» **How to complete this task**: Go through the records and extract every line with the word "SUBTRACT".

» **Data supplied**:
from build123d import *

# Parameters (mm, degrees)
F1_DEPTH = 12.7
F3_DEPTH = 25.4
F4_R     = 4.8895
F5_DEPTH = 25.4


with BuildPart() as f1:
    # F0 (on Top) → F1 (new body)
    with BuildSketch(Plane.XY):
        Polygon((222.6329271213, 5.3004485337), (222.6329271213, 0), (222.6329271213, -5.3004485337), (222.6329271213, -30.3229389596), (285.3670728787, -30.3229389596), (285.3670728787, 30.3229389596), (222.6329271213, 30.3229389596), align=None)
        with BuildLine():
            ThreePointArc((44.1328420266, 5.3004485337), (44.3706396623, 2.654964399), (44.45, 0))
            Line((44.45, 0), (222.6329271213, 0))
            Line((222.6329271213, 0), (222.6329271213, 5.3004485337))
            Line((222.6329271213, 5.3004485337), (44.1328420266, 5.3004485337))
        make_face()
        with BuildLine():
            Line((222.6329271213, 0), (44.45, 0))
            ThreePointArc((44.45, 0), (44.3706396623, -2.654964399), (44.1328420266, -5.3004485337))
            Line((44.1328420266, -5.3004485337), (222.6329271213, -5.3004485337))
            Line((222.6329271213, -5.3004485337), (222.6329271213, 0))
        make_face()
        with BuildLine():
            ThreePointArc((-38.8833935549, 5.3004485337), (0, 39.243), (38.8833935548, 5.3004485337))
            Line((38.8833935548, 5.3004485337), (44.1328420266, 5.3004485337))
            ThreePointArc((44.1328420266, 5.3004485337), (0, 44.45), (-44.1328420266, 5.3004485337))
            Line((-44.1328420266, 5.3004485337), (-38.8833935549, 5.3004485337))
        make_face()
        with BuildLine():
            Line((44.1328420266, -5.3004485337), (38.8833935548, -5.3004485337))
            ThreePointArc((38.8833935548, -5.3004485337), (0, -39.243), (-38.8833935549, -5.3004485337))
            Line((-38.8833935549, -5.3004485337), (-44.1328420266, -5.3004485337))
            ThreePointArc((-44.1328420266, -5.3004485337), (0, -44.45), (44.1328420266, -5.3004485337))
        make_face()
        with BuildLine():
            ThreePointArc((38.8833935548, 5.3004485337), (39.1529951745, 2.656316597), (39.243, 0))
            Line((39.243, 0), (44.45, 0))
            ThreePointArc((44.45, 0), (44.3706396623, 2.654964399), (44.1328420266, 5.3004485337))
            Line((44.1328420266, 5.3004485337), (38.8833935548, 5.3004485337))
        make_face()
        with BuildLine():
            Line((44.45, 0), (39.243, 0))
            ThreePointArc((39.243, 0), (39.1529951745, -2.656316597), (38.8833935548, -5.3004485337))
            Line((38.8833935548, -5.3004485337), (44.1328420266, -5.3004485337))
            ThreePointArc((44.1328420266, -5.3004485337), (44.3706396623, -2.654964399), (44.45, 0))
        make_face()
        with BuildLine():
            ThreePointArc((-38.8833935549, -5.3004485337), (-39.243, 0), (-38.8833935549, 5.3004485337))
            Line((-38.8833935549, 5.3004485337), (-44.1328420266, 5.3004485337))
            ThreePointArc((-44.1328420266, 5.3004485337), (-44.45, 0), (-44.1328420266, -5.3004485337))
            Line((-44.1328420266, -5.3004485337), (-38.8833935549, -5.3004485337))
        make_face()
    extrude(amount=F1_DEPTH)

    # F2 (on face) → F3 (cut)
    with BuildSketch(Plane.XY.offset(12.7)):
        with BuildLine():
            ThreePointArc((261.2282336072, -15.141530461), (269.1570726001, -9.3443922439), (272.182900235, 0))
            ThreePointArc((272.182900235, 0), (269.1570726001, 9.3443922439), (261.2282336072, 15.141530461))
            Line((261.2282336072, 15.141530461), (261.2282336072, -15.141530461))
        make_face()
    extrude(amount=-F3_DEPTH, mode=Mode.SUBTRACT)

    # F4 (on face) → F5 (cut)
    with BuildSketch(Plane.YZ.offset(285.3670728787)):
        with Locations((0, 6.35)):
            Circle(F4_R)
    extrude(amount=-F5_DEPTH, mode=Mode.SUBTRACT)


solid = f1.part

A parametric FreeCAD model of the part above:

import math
import FreeCAD as App
import Part
import Sketcher

V = App.Vector
Q = App.Units.Quantity

doc = App.newDocument("Part")
body = doc.addObject("PartDesign::Body", "Body")

# Sketch on XY plane
sketch1 = body.newObject("Sketcher::SketchObject", "Sketch")
sketch1.AttachmentSupport = (doc.getObject("XY_Plane"), [""])
sketch1.MapMode = "FlatFace"
sketch1.addGeometry(Part.LineSegment(V(222.632927, -30.322939, 0), V(285.367073, -30.322939, 0)), False)
sketch1.addGeometry(Part.LineSegment(V(285.367073, -30.322939, 0), V(285.367073, 30.322939, 0)), False)
sketch1.addGeometry(Part.LineSegment(V(285.367073, 30.322939, 0), V(222.632927, 30.322939, 0)), False)
sketch1.addGeometry(Part.LineSegment(V(222.632927, 30.322939, 0), V(222.632927, 5.300449, 0)), False)
sketch1.addGeometry(Part.LineSegment(V(222.632927, 5.300449, 0), V(44.132842, 5.300449, 0)), False)
sketch1.addGeometry(Part.ArcOfCircle(Part.Circle(V(0, 0, 0), V(0, 0, 1), 44.45), math.radians(6.848542), math.radians(173.151458)), False)
sketch1.addGeometry(Part.ArcOfCircle(Part.Circle(V(0, 0, 0), V(0, 0, 1), 44.45), math.radians(173.151458), math.radians(186.848542)), False)
sketch1.addGeometry(Part.ArcOfCircle(Part.Circle(V(0, 0, 0), V(0, 0, 1), 44.45), math.radians(-173.151458), math.radians(-6.848542)), False)
sketch1.addGeometry(Part.LineSegment(V(44.132842, -5.300449, 0), V(222.632927, -5.300449, 0)), False)
sketch1.addGeometry(Part.LineSegment(V(222.632927, -5.300449, 0), V(222.632927, -30.322939, 0)), False)
sketch1.addGeometry(Part.ArcOfCircle(Part.Circle(V(0, 0, 0), V(0, 0, 1), 39.243), math.radians(7.762515), math.radians(172.237485)), False)
sketch1.addGeometry(Part.ArcOfCircle(Part.Circle(V(0, 0, 0), V(0, 0, 1), 39.243), math.radians(0), math.radians(7.762515)), False)
sketch1.addGeometry(Part.ArcOfCircle(Part.Circle(V(0, 0, 0), V(0, 0, 1), 39.243), math.radians(-7.762515), math.radians(0)), False)
sketch1.addGeometry(Part.ArcOfCircle(Part.Circle(V(0, 0, 0), V(0, 0, 1), 39.243), math.radians(-172.237485), math.radians(-7.762515)), False)
sketch1.addGeometry(Part.ArcOfCircle(Part.Circle(V(0, 0, 0), V(0, 0, 1), 39.243), math.radians(172.237485), math.radians(187.762515)), False)
sketch1.addConstraint(Sketcher.Constraint("Coincident", 0, 2, 1, 1))
sketch1.addConstraint(Sketcher.Constraint("Coincident", 1, 2, 2, 1))
sketch1.addConstraint(Sketcher.Constraint("Coincident", 2, 2, 3, 1))
sketch1.addConstraint(Sketcher.Constraint("Coincident", 3, 2, 4, 1))
sketch1.addConstraint(Sketcher.Constraint("Coincident", 4, 2, 5, 1))
sketch1.addConstraint(Sketcher.Constraint("Tangent", 5, 2, 6, 1))
sketch1.addConstraint(Sketcher.Constraint("Tangent", 6, 2, 7, 1))
sketch1.addConstraint(Sketcher.Constraint("Coincident", 7, 2, 8, 1))
sketch1.addConstraint(Sketcher.Constraint("Coincident", 8, 2, 9, 1))
sketch1.addConstraint(Sketcher.Constraint("Coincident", 9, 2, 0, 1))
sketch1.addConstraint(Sketcher.Constraint("Tangent", 10, 1, 11, 2))
sketch1.addConstraint(Sketcher.Constraint("Tangent", 11, 1, 12, 2))
sketch1.addConstraint(Sketcher.Constraint("Tangent", 12, 1, 13, 2))
sketch1.addConstraint(Sketcher.Constraint("Tangent", 13, 1, 14, 2))
sketch1.addConstraint(Sketcher.Constraint("Tangent", 14, 1, 10, 2))
sketch1.addConstraint(Sketcher.Constraint("Horizontal", 0))
sketch1.addConstraint(Sketcher.Constraint("Vertical", 1))
sketch1.addConstraint(Sketcher.Constraint("Horizontal", 2))
sketch1.addConstraint(Sketcher.Constraint("Vertical", 3))
sketch1.addConstraint(Sketcher.Constraint("Horizontal", 4))
sketch1.addConstraint(Sketcher.Constraint("Horizontal", 8))
sketch1.addConstraint(Sketcher.Constraint("Vertical", 9))
sketch1.addConstraint(Sketcher.Constraint("Coincident", 5, 3, -1, 1))
sketch1.addConstraint(Sketcher.Constraint("Coincident", 7, 3, -1, 1))
sketch1.addConstraint(Sketcher.Constraint("Coincident", 10, 3, -1, 1))
sketch1.addConstraint(Sketcher.Constraint("Coincident", 12, 3, -1, 1))
sketch1.addConstraint(Sketcher.Constraint("Symmetric", 3, 2, 8, 2, -1))
sketch1.addConstraint(Sketcher.Constraint("PointOnObject", 11, 1, -1))
sketch1.addConstraint(Sketcher.Constraint("Horizontal", 4, 2, 5, 2))
sketch1.addConstraint(Sketcher.Constraint("Horizontal", 6, 2, 7, 2))
sketch1.addConstraint(Sketcher.Constraint("Horizontal", 5, 2, 10, 1))
sketch1.addConstraint(Sketcher.Constraint("Horizontal", 8, 2, 12, 1))
sketch1.addConstraint(Sketcher.Constraint("Horizontal", 12, 1, 13, 1))
sketch1.addConstraint(Sketcher.Constraint("Horizontal", 10, 1, 14, 1))
sketch1.addConstraint(Sketcher.Constraint("Equal", 3, 9))
sketch1.addConstraint(Sketcher.Constraint("Radius", 5, Q("1.75 in")))
sketch1.addConstraint(Sketcher.Constraint("Radius", 10, Q("1.545 in")))
sketch1.addConstraint(Sketcher.Constraint("DistanceY", 3, 2, 3, 1, Q("25.02249 mm")))
sketch1.addConstraint(Sketcher.Constraint("DistanceX", 0, 1, 0, 2, Q("62.734146 mm")))
sketch1.addConstraint(Sketcher.Constraint("DistanceX", 4, 2, 4, 1, Q("178.500085 mm")))
sketch1.addConstraint(Sketcher.Constraint("DistanceY", 1, 1, 1, 2, Q("60.645878 mm")))
pad1 = body.newObject("PartDesign::Pad", "Pad")
pad1.Profile = sketch1
pad1.Length = Q("0.5 in")

# Sketch on XY plane
sketch2 = body.newObject("Sketcher::SketchObject", "Sketch001")
sketch2.AttachmentSupport = (doc.getObject("XY_Plane"), [""])
sketch2.MapMode = "FlatFace"
sketch2.AttachmentOffset = App.Placement(V(0, 0, 0.5 * 25.4), App.Rotation())
sketch2.addGeometry(Part.ArcOfCircle(Part.Circle(V(256.241262, 0, 0), V(0, 0, 1), 15.941638), math.radians(-71.770331), math.radians(0)), False)
sketch2.addGeometry(Part.ArcOfCircle(Part.Circle(V(256.241262, 0, 0), V(0, 0, 1), 15.941638), math.radians(0), math.radians(71.770331)), False)
sketch2.addGeometry(Part.LineSegment(V(261.228234, 15.14153, 0), V(261.228234, -15.14153, 0)), False)
sketch2.addConstraint(Sketcher.Constraint("Tangent", 0, 2, 1, 1))
sketch2.addConstraint(Sketcher.Constraint("Coincident", 1, 2, 2, 1))
sketch2.addConstraint(Sketcher.Constraint("Coincident", 2, 2, 0, 1))
sketch2.addConstraint(Sketcher.Constraint("Vertical", 2))
sketch2.addConstraint(Sketcher.Constraint("Equal", 0, 1))
sketch2.addConstraint(Sketcher.Constraint("PointOnObject", 0, 3, -1))
sketch2.addConstraint(Sketcher.Constraint("PointOnObject", 0, 2, -1))
sketch2.addConstraint(Sketcher.Constraint("Radius", 0, Q("15.941638 mm")))
sketch2.addConstraint(Sketcher.Constraint("DistanceY", 2, 2, 2, 1, Q("30.283061 mm")))
sketch2.addConstraint(Sketcher.Constraint("DistanceX", -1, 1, 0, 2, Q("272.1829 mm")))
pocket1 = body.newObject("PartDesign::Pocket", "Pocket")
pocket1.Profile = sketch2
pocket1.Length = Q("1 in")

# Sketch on YZ plane
sketch3 = body.newObject("Sketcher::SketchObject", "Sketch002")
sketch3.AttachmentSupport = (doc.getObject("YZ_Plane"), [""])
sketch3.MapMode = "FlatFace"
sketch3.AttachmentOffset = App.Placement(V(0, 0, 285.367073), App.Rotation())
sketch3.addGeometry(Part.Circle(V(0, 6.35, 0), V(0, 0, 1), 4.8895), False)
sketch3.addConstraint(Sketcher.Constraint("PointOnObject", 0, 3, -2))
sketch3.addConstraint(Sketcher.Constraint("Diameter", 0, Q("0.385 in")))
sketch3.addConstraint(Sketcher.Constraint("DistanceY", -1, 1, 0, 3, Q("0.25 in")))
pocket2 = body.newObject("PartDesign::Pocket", "Pocket001")
pocket2.Profile = sketch3
pocket2.Length = Q("1 in")

doc.recompute()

» **Expected output**:
    extrude(amount=-F3_DEPTH, mode=Mode.SUBTRACT)
    extrude(amount=-F5_DEPTH, mode=Mode.SUBTRACT)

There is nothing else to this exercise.